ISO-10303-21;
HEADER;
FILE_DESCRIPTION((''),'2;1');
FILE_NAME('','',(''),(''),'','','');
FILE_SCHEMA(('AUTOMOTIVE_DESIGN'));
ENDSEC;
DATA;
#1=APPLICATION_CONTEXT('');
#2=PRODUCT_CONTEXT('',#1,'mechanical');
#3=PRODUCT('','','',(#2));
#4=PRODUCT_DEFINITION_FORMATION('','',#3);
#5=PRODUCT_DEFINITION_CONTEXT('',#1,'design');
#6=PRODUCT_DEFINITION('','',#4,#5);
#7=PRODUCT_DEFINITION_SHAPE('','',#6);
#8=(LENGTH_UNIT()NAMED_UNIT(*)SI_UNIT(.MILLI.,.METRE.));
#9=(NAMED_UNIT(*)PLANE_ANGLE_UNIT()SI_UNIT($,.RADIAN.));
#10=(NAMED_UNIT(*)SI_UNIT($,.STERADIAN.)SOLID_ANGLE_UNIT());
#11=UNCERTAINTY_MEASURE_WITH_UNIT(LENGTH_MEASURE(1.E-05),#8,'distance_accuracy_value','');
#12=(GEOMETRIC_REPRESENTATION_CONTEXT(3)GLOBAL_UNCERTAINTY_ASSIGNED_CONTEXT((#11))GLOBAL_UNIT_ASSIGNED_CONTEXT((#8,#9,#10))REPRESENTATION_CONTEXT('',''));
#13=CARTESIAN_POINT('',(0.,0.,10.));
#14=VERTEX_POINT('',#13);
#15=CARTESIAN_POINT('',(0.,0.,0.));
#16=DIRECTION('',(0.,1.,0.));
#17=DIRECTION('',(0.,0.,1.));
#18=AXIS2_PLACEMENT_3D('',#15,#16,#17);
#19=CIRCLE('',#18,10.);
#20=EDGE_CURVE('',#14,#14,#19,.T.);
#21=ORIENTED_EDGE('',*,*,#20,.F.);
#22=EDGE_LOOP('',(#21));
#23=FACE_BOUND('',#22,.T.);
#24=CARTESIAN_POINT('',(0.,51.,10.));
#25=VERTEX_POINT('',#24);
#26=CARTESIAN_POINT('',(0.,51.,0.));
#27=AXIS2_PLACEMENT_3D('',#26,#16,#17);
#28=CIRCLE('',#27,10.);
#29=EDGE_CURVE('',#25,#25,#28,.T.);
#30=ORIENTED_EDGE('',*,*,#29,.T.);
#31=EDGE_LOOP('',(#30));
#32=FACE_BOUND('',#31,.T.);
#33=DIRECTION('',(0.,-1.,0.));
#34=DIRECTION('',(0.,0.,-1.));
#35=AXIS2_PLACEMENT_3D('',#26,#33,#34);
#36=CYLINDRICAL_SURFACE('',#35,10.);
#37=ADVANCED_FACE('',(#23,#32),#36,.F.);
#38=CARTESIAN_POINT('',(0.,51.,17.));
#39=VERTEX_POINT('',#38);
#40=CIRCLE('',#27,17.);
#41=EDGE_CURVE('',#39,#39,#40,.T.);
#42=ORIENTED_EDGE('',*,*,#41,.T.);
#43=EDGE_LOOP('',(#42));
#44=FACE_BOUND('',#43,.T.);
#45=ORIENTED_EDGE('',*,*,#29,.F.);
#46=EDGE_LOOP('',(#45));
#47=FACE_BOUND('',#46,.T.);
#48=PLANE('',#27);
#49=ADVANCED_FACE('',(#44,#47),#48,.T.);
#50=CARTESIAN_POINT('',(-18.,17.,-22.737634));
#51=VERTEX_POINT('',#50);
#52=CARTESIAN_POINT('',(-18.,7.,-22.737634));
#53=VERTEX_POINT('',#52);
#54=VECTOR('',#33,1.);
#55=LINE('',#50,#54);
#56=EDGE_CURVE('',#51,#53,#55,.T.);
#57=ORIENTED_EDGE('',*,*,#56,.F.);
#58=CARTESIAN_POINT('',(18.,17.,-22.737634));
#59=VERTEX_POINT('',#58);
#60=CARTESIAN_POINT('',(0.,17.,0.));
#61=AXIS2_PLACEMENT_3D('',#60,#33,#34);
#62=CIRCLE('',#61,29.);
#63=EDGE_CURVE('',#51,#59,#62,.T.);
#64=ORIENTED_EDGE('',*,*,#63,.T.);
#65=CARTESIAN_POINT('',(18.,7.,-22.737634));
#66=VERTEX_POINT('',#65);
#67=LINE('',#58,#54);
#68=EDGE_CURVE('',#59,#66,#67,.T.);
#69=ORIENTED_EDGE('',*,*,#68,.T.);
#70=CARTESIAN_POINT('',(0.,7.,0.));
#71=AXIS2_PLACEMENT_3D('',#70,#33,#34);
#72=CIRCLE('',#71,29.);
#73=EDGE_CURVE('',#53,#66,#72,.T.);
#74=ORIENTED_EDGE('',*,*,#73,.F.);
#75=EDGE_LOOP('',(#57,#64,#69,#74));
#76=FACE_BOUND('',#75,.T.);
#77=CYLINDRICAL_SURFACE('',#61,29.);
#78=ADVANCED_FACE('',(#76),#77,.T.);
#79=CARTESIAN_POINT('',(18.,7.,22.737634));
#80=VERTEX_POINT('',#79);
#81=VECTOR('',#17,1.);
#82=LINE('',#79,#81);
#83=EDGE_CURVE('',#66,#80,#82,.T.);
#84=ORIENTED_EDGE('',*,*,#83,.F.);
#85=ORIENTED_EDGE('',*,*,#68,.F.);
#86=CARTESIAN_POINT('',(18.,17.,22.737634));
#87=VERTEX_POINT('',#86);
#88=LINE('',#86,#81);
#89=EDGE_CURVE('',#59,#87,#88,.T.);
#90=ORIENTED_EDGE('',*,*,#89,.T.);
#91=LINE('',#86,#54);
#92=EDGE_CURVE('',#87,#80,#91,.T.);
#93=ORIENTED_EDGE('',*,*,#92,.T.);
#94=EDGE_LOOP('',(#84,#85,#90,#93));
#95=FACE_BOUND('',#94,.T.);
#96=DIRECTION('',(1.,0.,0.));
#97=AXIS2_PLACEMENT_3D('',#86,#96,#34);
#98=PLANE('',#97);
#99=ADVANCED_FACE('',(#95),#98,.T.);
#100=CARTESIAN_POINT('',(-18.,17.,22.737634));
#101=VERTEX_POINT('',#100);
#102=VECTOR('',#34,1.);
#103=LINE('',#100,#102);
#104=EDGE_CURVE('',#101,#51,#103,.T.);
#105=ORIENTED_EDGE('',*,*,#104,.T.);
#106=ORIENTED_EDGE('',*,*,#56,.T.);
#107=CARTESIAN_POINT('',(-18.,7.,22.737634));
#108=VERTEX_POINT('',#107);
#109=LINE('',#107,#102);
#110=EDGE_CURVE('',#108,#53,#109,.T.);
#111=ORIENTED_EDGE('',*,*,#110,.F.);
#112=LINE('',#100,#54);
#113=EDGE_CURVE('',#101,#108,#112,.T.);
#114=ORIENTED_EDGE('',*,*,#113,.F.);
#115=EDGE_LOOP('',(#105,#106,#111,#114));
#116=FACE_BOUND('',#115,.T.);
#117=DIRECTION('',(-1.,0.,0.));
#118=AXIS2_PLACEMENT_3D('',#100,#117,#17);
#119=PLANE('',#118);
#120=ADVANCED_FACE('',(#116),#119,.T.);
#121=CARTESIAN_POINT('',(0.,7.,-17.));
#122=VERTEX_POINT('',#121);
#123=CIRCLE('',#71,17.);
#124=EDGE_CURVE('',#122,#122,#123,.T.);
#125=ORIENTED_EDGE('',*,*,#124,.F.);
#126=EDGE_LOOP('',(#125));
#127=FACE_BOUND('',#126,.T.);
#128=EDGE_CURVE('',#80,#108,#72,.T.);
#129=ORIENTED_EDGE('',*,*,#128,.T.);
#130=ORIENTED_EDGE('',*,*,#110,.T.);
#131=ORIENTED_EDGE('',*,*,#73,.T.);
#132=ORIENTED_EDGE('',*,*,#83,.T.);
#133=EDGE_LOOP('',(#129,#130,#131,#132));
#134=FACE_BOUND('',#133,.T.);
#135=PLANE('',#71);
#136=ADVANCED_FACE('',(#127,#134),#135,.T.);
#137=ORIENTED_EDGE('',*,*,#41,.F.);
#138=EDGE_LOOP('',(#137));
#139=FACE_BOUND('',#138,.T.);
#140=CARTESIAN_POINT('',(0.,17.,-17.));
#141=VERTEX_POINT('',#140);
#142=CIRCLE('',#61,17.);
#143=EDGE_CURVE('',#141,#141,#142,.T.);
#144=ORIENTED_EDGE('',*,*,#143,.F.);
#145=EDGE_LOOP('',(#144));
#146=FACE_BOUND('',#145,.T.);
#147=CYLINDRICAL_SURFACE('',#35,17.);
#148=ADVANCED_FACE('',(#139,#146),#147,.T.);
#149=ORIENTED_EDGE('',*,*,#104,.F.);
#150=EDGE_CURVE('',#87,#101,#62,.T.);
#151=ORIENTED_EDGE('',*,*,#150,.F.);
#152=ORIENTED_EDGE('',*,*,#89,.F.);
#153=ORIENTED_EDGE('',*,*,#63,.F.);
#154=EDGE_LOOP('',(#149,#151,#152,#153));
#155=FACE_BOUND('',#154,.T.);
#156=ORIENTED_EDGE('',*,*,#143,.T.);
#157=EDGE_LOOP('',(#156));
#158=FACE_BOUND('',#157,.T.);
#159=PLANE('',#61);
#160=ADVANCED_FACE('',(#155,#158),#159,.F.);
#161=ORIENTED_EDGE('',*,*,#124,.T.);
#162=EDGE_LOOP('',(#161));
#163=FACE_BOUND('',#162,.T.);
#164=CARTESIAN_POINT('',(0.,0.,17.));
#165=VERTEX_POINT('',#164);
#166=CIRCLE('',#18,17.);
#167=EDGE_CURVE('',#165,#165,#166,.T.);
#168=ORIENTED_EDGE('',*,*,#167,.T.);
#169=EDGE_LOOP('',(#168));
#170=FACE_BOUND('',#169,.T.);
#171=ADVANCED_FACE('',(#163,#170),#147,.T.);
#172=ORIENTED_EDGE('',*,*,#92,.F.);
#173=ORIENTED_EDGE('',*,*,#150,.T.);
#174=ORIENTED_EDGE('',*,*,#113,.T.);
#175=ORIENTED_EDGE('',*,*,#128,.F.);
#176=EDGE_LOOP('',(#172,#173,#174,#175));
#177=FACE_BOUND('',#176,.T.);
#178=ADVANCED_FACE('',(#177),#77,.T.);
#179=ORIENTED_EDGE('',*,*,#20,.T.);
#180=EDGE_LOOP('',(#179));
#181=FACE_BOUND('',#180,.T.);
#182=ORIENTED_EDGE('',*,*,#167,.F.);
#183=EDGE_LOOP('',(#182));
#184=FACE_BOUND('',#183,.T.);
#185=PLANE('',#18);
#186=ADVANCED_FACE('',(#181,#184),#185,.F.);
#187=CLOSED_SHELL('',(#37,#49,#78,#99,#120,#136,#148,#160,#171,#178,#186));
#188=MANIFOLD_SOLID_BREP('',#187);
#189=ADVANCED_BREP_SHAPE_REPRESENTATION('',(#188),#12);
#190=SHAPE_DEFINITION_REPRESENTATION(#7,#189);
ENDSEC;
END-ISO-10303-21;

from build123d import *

# Parameters (mm, degrees)
SKETCH_1_R      = 17
SKETCH_1_R_2    = 10
EXTRUDE_1_DEPTH = 51
EXTRUDE_START   = -7
SKETCH_7_R      = 10
EXTRUDE_2_DEPTH = 10


with BuildPart() as part:
    # 草图1 → 凸台-拉伸1 (new body)
    with BuildSketch(Plane(origin=(0, 0, 0), x_dir=(1, 0, 0), z_dir=(0, 1, 0))):
        with Locations(Location((0, 0, 0), (0, 0, 270))):
            Circle(SKETCH_1_R)
        with Locations(Location((0, 0, 0), (0, 0, 270))):
            Circle(SKETCH_1_R_2, mode=Mode.SUBTRACT)
    extrude(amount=EXTRUDE_1_DEPTH)

    # 草图7 → 凸台-拉伸2 (add)
    with BuildSketch(Plane.XZ.offset(EXTRUDE_START)):
        with BuildLine():
            Line((-18, 22.737634002), (-18, -22.737634002))
            ThreePointArc((-18, -22.737634002), (0, -29), (18, -22.737634002))
            Line((18, -22.737634002), (18, 22.737634002))
            ThreePointArc((18, 22.737634002), (0, 29), (-18, 22.737634002))
        make_face()
        with Locations(Location((0, 0, 0), (0, 0, 90))):
            Circle(SKETCH_7_R, mode=Mode.SUBTRACT)
    extrude(amount=-EXTRUDE_2_DEPTH)


solid = part.part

=======

◆ **WHAT TO DO**
Only one part of the material above is to be transcribed, namely the lines starting with the line that has "#145=EDGE_LOOP('',(#144));" and going on through the line that has "#160=ADVANCED_FACE('',(#155,#158),#159,.F.);", exactly as they stand.

◆ **RESULT OF THIS TASK**
#145=EDGE_LOOP('',(#144));
#146=FACE_BOUND('',#145,.T.);
#147=CYLINDRICAL_SURFACE('',#35,17.);
#148=ADVANCED_FACE('',(#139,#146),#147,.T.);
#149=ORIENTED_EDGE('',*,*,#104,.F.);
#150=EDGE_CURVE('',#87,#101,#62,.T.);
#151=ORIENTED_EDGE('',*,*,#150,.F.);
#152=ORIENTED_EDGE('',*,*,#89,.F.);
#153=ORIENTED_EDGE('',*,*,#63,.F.);
#154=EDGE_LOOP('',(#149,#151,#152,#153));
#155=FACE_BOUND('',#154,.T.);
#156=ORIENTED_EDGE('',*,*,#143,.T.);
#157=EDGE_LOOP('',(#156));
#158=FACE_BOUND('',#157,.T.);
#159=PLANE('',#61);
#160=ADVANCED_FACE('',(#155,#158),#159,.F.);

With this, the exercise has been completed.